I want to find a better balance between the standalone image and the project – the pithy quote and the novel…!

An interesting insight. I hope that when December 2017 comes round, I will have a dozen images that both fit into their respective project contexts and stand alone as striking images!

Sources (accessed 05/12/2016) (accessed 05/12/2016)


6 thoughts on “My 2017 eureka moment – photography as a language

  1. Holly Woodward 05 December 2016 / 18:36

    Great post, Rob. It’s interesting to see how our work changes over time, isn’t it?


    • Rob Townsend 05 December 2016 / 21:32

      Indeed! Even if sometimes it feels like a few steps forward accompanied by a step back…


  2. Anne Bryson 05 December 2016 / 21:28

    For whatever reason I always manage to relate what you say in your posts back to something that I am thinking about or feeling and I find it really reassuring that you are now starting to find that balance between stand alone and project images.
    I am currently working on documentary part 2, ploughing through surrealists who considered themselves to be authors rather than photogaphers and the way you have explained it this in your post helps me to fit this into place. I am also struggling with the requirements of assingment 2 where I need a concept or theme but 8 stand alone images within that and at the moment I seem to be able to produce 1 but not both. I am hoping that a little further down the line it will all start to make sense as it is doing for you.

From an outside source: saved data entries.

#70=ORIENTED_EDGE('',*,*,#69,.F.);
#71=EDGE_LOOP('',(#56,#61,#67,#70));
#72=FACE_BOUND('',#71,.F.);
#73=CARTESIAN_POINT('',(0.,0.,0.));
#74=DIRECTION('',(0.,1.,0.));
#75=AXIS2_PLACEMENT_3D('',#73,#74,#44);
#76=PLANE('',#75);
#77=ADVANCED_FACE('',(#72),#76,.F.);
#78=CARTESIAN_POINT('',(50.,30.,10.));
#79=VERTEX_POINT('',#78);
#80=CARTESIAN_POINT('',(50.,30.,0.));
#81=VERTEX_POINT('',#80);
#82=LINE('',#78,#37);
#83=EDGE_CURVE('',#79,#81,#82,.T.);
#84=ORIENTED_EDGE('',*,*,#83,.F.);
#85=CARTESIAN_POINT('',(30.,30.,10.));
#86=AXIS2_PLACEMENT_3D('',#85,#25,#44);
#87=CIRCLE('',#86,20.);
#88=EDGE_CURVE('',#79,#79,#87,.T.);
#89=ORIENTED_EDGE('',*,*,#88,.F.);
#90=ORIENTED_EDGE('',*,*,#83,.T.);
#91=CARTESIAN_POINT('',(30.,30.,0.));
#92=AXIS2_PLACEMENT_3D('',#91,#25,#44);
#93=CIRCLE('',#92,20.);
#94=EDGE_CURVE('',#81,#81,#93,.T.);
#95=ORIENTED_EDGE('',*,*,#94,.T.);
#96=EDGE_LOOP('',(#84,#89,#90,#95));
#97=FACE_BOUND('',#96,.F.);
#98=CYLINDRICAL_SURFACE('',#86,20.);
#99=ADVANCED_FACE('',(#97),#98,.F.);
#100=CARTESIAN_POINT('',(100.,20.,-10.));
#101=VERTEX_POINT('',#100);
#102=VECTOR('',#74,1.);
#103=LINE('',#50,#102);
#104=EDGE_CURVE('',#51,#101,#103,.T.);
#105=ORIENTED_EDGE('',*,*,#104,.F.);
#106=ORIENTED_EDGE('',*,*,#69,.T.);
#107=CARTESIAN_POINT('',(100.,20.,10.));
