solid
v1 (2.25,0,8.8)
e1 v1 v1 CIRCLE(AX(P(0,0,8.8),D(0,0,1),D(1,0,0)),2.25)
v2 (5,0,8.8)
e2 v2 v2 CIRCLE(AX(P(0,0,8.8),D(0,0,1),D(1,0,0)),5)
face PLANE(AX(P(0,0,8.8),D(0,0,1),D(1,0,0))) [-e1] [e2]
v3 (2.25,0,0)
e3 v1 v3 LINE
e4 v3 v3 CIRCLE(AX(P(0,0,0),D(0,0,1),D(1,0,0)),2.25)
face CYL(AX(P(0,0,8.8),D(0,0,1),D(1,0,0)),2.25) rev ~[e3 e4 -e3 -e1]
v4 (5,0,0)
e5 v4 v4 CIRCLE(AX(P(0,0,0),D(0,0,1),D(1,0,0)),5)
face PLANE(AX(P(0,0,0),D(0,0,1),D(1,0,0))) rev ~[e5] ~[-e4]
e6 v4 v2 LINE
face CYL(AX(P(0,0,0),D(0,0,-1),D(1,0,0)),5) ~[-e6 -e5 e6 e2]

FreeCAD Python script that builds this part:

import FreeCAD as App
import Part
import Sketcher

V = App.Vector
Q = App.Units.Quantity

doc = App.newDocument("Part")
body = doc.addObject("PartDesign::Body", "Body")

# Sketch on XY plane
sketch1 = doc.addObject("Sketcher::SketchObject", "Sketch")
body.addObject(sketch1)
sketch1.AttachmentSupport = (doc.XY_Plane, [""])
sketch1.MapMode = "FlatFace"
sketch1.addGeometry(Part.Circle(V(0, 0, 0), V(0, 0, 1), 5), False)
sketch1.addConstraint([
    Sketcher.Constraint("Coincident", 0, 3, -1, 1),
    Sketcher.Constraint("Diameter", 0, Q("10 mm")),
])
pad1 = doc.addObject("PartDesign::Pad", "Pad")
body.addObject(pad1)
pad1.Profile = sketch1
pad1.Length = 8.8

# Sketch on XY plane
sketch2 = doc.addObject("Sketcher::SketchObject", "Sketch001")
body.addObject(sketch2)
sketch2.AttachmentSupport = (doc.XY_Plane, [""])
sketch2.MapMode = "FlatFace"
sketch2.AttachmentOffset = App.Placement(V(0, 0, 8.8), App.Rotation())
sketch2.addGeometry(Part.Circle(V(0, 0, 0), V(0, 0, 1), 2.2), False)
sketch2.addConstraint([
    Sketcher.Constraint("Coincident", 0, 3, -1, 1),
    Sketcher.Constraint("Diameter", 0, Q("4.5 mm")),
])
pocket1 = doc.addObject("PartDesign::Pocket", "Pocket")
body.addObject(pocket1)
pocket1.Profile = sketch2
pocket1.Type = "ThroughAll"

doc.recompute()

    • Rob Townsend 05 December 2016 / 21:37

      Thanks, Anne. Although I’d say I’m identifying the need for the balance rather than actually finding it yet! :-/

      I found Documentary Assignment 2 hard work at first but by the end I recognised it as something of a turning point with regards to this ‘authorship’ concept… it felt odd at first to engineer specific shots for a ‘documentary photography’ assignment but it taught me how to steer images to make the points you want to make. In the end it was one of the more satisfying of the (many!) assignments I’ve done this year… Good luck with yours.


    • Rob Townsend 06 December 2016 / 08:18

      Ha, yes, kind of. I just need to practice my scales a little. La la la la LA!